Merci aux trois intervenants pressentis par Marie-Françoise Bechtel. Ils nous ont donné des éclairages à certains égards convergents parce qu’inquiétants sur la relation franco-allemande.

À partir de l’intitulé du colloque, « France-Allemagne, convergences et divergences des intérêts fondamentaux à long terme », j’essaierai d’introduire un plus grand irénisme en rappelant quand même que l’Allemagne a été vaincue à deux reprises dans deux conflits mondiaux, écrasée, réduite en cendres à l’occasion du deuxième et jetée dans un trouble profond dont témoigne par exemple le rôle extraordinaire des Verts. Quel pays a dans son gouvernement un ministre des Affaires étrangères et un ministre de l’Économie verts ? Lesquels, plus technophobes que technophiles, professent un très grand scepticisme sur les bienfaits de la technique, incarnant une idéologie « post-nazie », dirait Michel Onfray, inspirée du grand trouble qui, à la découverte des horreurs du nazisme, a provoqué dans l’intelligentsia allemande une véritable révolution intellectuelle. Je pense au « principe de responsabilité » de Hans Jonas et à « l’heuristique de la peur » qui fonde le « principe de précaution ».

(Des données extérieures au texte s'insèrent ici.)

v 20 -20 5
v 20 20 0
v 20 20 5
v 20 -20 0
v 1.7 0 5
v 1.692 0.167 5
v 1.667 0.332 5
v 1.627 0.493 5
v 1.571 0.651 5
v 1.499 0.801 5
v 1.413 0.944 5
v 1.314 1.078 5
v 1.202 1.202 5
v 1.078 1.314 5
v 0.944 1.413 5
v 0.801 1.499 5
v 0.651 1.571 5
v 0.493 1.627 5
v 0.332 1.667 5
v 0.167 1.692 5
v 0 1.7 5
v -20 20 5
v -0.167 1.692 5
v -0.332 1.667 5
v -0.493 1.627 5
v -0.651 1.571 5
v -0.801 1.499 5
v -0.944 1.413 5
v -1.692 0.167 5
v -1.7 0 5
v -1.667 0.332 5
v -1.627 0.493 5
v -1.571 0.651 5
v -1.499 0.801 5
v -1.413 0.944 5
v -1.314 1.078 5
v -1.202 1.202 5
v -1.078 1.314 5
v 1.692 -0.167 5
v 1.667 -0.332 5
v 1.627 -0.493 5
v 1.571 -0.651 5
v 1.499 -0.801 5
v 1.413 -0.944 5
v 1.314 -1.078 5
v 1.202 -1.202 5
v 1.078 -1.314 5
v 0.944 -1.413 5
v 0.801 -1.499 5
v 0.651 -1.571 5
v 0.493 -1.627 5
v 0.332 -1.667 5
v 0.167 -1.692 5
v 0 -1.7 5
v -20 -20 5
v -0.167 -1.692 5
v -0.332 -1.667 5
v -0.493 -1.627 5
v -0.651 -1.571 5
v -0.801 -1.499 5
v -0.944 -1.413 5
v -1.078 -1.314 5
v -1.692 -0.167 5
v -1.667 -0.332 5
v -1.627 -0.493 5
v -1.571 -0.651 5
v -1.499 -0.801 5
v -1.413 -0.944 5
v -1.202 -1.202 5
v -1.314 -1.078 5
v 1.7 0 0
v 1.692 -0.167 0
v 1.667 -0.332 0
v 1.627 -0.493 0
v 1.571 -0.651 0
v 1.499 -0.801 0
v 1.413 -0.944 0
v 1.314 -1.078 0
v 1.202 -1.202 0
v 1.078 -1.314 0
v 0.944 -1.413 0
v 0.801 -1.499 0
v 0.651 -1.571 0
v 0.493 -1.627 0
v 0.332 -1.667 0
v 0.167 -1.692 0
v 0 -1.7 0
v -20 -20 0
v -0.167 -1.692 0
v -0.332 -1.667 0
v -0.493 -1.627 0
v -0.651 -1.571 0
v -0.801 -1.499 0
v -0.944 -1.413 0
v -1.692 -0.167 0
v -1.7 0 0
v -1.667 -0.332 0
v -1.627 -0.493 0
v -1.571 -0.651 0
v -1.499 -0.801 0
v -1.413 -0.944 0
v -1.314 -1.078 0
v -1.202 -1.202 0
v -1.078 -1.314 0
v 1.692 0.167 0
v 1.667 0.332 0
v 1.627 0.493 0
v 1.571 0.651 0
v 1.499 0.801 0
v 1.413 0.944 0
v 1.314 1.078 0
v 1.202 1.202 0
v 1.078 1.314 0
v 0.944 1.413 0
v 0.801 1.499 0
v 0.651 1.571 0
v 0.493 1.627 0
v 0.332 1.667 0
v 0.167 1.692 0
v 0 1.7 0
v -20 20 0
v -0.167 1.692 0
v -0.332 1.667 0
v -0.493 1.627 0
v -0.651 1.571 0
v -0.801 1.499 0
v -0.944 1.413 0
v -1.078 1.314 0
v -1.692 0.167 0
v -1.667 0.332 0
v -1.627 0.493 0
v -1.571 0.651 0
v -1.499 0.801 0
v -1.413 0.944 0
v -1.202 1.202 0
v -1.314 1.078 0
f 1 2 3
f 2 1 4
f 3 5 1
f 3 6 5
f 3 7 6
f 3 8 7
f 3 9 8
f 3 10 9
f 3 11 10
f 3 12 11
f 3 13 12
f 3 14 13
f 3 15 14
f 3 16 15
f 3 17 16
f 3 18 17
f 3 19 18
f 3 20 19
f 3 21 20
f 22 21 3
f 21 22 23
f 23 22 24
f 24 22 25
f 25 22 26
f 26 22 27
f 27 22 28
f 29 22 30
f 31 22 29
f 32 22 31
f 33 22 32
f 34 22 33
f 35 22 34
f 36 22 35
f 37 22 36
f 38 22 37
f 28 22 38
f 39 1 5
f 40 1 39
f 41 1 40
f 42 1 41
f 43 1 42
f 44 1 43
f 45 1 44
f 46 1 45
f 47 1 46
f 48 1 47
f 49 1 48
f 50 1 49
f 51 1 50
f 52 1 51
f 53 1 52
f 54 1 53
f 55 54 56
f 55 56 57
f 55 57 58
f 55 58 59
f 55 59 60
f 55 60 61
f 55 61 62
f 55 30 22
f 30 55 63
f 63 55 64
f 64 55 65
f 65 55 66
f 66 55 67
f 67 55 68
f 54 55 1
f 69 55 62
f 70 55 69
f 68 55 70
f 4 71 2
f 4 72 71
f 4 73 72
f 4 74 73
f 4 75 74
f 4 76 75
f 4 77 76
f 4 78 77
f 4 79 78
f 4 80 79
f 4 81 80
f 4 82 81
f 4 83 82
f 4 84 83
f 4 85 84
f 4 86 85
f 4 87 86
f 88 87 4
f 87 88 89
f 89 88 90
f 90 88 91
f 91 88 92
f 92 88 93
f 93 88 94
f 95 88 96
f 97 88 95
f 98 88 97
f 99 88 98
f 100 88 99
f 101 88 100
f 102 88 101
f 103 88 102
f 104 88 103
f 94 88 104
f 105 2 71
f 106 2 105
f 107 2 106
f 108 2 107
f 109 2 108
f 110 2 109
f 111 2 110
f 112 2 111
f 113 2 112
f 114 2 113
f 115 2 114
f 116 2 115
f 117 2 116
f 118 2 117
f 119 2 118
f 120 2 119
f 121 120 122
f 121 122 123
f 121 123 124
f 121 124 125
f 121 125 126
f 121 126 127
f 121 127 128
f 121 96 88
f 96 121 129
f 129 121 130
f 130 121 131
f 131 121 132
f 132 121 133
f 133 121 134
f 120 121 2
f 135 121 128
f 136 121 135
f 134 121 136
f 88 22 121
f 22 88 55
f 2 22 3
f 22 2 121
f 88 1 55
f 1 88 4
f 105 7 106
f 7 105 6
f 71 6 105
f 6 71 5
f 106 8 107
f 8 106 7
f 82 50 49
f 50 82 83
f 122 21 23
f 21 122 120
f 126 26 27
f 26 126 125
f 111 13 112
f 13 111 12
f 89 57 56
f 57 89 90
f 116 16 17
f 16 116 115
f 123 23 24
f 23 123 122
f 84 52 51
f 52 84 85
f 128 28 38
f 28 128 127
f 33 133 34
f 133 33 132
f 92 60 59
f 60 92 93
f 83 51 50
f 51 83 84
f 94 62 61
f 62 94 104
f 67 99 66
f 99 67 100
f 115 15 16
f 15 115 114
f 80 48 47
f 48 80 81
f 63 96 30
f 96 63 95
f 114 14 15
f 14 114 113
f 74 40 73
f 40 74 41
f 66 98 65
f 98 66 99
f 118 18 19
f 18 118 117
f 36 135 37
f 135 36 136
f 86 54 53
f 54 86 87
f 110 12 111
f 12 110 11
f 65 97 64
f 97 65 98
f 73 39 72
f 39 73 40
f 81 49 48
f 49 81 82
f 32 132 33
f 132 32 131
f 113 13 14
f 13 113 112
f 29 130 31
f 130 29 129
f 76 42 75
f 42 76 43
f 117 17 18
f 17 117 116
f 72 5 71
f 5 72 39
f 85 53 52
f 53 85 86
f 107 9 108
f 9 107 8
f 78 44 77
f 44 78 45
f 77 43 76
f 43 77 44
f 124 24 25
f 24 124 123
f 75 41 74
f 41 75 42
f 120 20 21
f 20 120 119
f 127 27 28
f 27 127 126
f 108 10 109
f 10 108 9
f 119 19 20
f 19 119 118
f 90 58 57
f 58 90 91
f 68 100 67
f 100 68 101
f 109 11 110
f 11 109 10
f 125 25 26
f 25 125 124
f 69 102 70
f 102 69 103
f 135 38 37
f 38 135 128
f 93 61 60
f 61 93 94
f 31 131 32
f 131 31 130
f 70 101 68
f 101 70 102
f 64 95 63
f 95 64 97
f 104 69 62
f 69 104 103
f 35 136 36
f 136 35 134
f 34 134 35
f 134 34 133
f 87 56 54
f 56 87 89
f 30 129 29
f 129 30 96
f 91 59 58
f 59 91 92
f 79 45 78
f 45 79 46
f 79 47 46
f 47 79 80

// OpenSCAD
// ============================================================
// Zone 2 Foam Gear - Print Parts
// ============================================================
// Individual parts for 3D printing
// Select part using PART_SELECT parameter
// ============================================================

// === PART SELECTION ===
// 1 = Base plate
// 2 = Gear only
// 3 = Shaft
// 4 = Gear + arm + foam as one piece
PART_SELECT = 1;

// === PARAMETERS ===
// Gear parameters
gear_teeth = 12;
gear_module = 1.0;
gear_pitch_radius = gear_teeth * gear_module / 2;  // 6mm
gear_outer_radius = gear_pitch_radius + gear_module;  // 7mm
gear_thickness = 5;
gear_shaft_hole = 3.3;  // 3mm shaft + 0.3mm clearance

// Shaft parameters
shaft_diameter = 3;
shaft_height = 15;

// Arm parameters
arm_length = 15;
arm_width = 4;
arm_thickness = 3;

// Foam parameters (MEDIUM)
foam_diameter = 12;

// Base plate parameters
base_width = 40;
base_depth = 40;
base_height = 5;

// Smoothness
$fn = 64;

// === MODULES ===

// Simple gear with teeth
module simple_gear(teeth, mod, thickness, bore) {
    pitch_r = teeth * mod / 2;
    outer_r = pitch_r + mod;
    root_r = pitch_r - 1.25 * mod;
    tooth_angle = 360 / teeth;

    difference() {
        union() {
            // Root cylinder
            cylinder(h=thickness, r=root_r);

            // Teeth
            for (i = [0:teeth-1]) {
                rotate([0, 0, i * tooth_angle])
                hull() {
                    translate([root_r - 0.5, 0, 0])
                        cylinder(h=thickness, r=0.5);
                    translate([outer_r - 0.3, 0, 0])
                        cylinder(h=thickness, r=0.3);
                }
            }
        }

        // Center bore
        translate([0, 0, -0.1])
            cylinder(h=thickness + 0.2, d=bore);
    }
}

// Foam arm
module foam_arm(length, width, thickness) {
    hull() {
        cylinder(h=thickness, d=width);
        translate([length - width/2, 0, 0])
            cylinder(h=thickness, d=width);
    }
}

// Foam piece (MEDIUM size)
module foam_piece(diameter) {
    sphere(d=diameter);
}

// === PART 1: Base Plate ===
module part_base_plate() {
    difference() {
        translate([-base_width/2, -base_depth/2, 0])
            cube([base_width, base_depth, base_height]);

        // Shaft hole with clearance
        translate([0, 0, -0.1])
            cylinder(h=base_height + 0.2, d=shaft_diameter + 0.4);
    }
}

// === PART 2: Gear Only ===
module part_gear() {
    simple_gear(gear_teeth, gear_module, gear_thickness, gear_shaft_hole);
}

// === PART 3: Shaft ===
module part_shaft() {
    cylinder(h=shaft_height, d=shaft_diameter);
}

// === PART 4: Gear + Arm + Foam Combined ===
module part_gear_arm_foam() {
    union() {
        // Gear
        simple_gear(gear_teeth, gear_module, gear_thickness, gear_shaft_hole);

        // Arm on top of gear
        translate([0, 0, gear_thickness])
            foam_arm(arm_length, arm_width, arm_thickness);

        // Foam piece at end of arm
        // Positioned so bottom of sphere meets arm
        translate([arm_length, 0, gear_thickness + arm_thickness + foam_diameter/2 - 1])
            foam_piece(foam_diameter);
    }
}

// === RENDER SELECTED PART ===

echo(str("Rendering Part: ", PART_SELECT));

if (PART_SELECT == 1) {
    echo("Part 1: Base Plate");
    echo(str("Dimensions: ", base_width, " x ", base_depth, " x ", base_height, " mm"));
    part_base_plate();
}
else if (PART_SELECT == 2) {
    echo("Part 2: Gear Only");
    echo(str("Teeth: ", gear_teeth, ", Pitch radius: ", gear_pitch_radius, " mm"));
    part_gear();
}
else if (PART_SELECT == 3) {
    echo("Part 3: Shaft");
    echo(str("Diameter: ", shaft_diameter, " mm, Height: ", shaft_height, " mm"));
    part_shaft();
}
else if (PART_SELECT == 4) {
    echo("Part 4: Gear + Arm + Foam Combined");
    echo("Print with supports for foam overhang");
    part_gear_arm_foam();
}
else {
    echo("Invalid PART_SELECT. Use 1-4.");
}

Du point de vue de la France nous devons bien accepter l’idée que nous avons été marqués par trois guerres : Sedan, la Guerre de 1914-1918, « cell’ que j’préfère », chantait Brassens, et puis l’humiliation de 1940 que nous ne pardonnons pas aux Allemands de nous avoir infligée, bien qu’elle soit révélatrice d’une démobilisation générale des démocraties, britannique au moins autant – voire plus – que française, otages de la politique d’appeasement américaine. Rappelons que les États-Unis ne sont rentrés en guerre que lorsque Hitler la leur a déclarée à la fin de 1941. Et l’un de nos alliés traditionnels, la Russie, nous a fait défaut dans des conditions sur lesquelles je ne veux pas revenir puisque tout cela prête à controverse.

Prenons conscience que l’Allemagne n’est plus dans l’état d’esprit de chercher une revanche quand nous-mêmes lui avons proposé la voie de l’Europe en 1925-1930, à l’initiative d’Aristide Briand, une démarche sympathique mais prématurée, en tout cas nous mettant en porte-à-faux par rapport à la crise économique mondiale et à la montée du parti national-socialiste au pouvoir. Cette initiative d’Aristide Briand, reprise en 1950 par Robert Schuman et Jean Monnet nous rappelle que l’idée européenne était une proposition française…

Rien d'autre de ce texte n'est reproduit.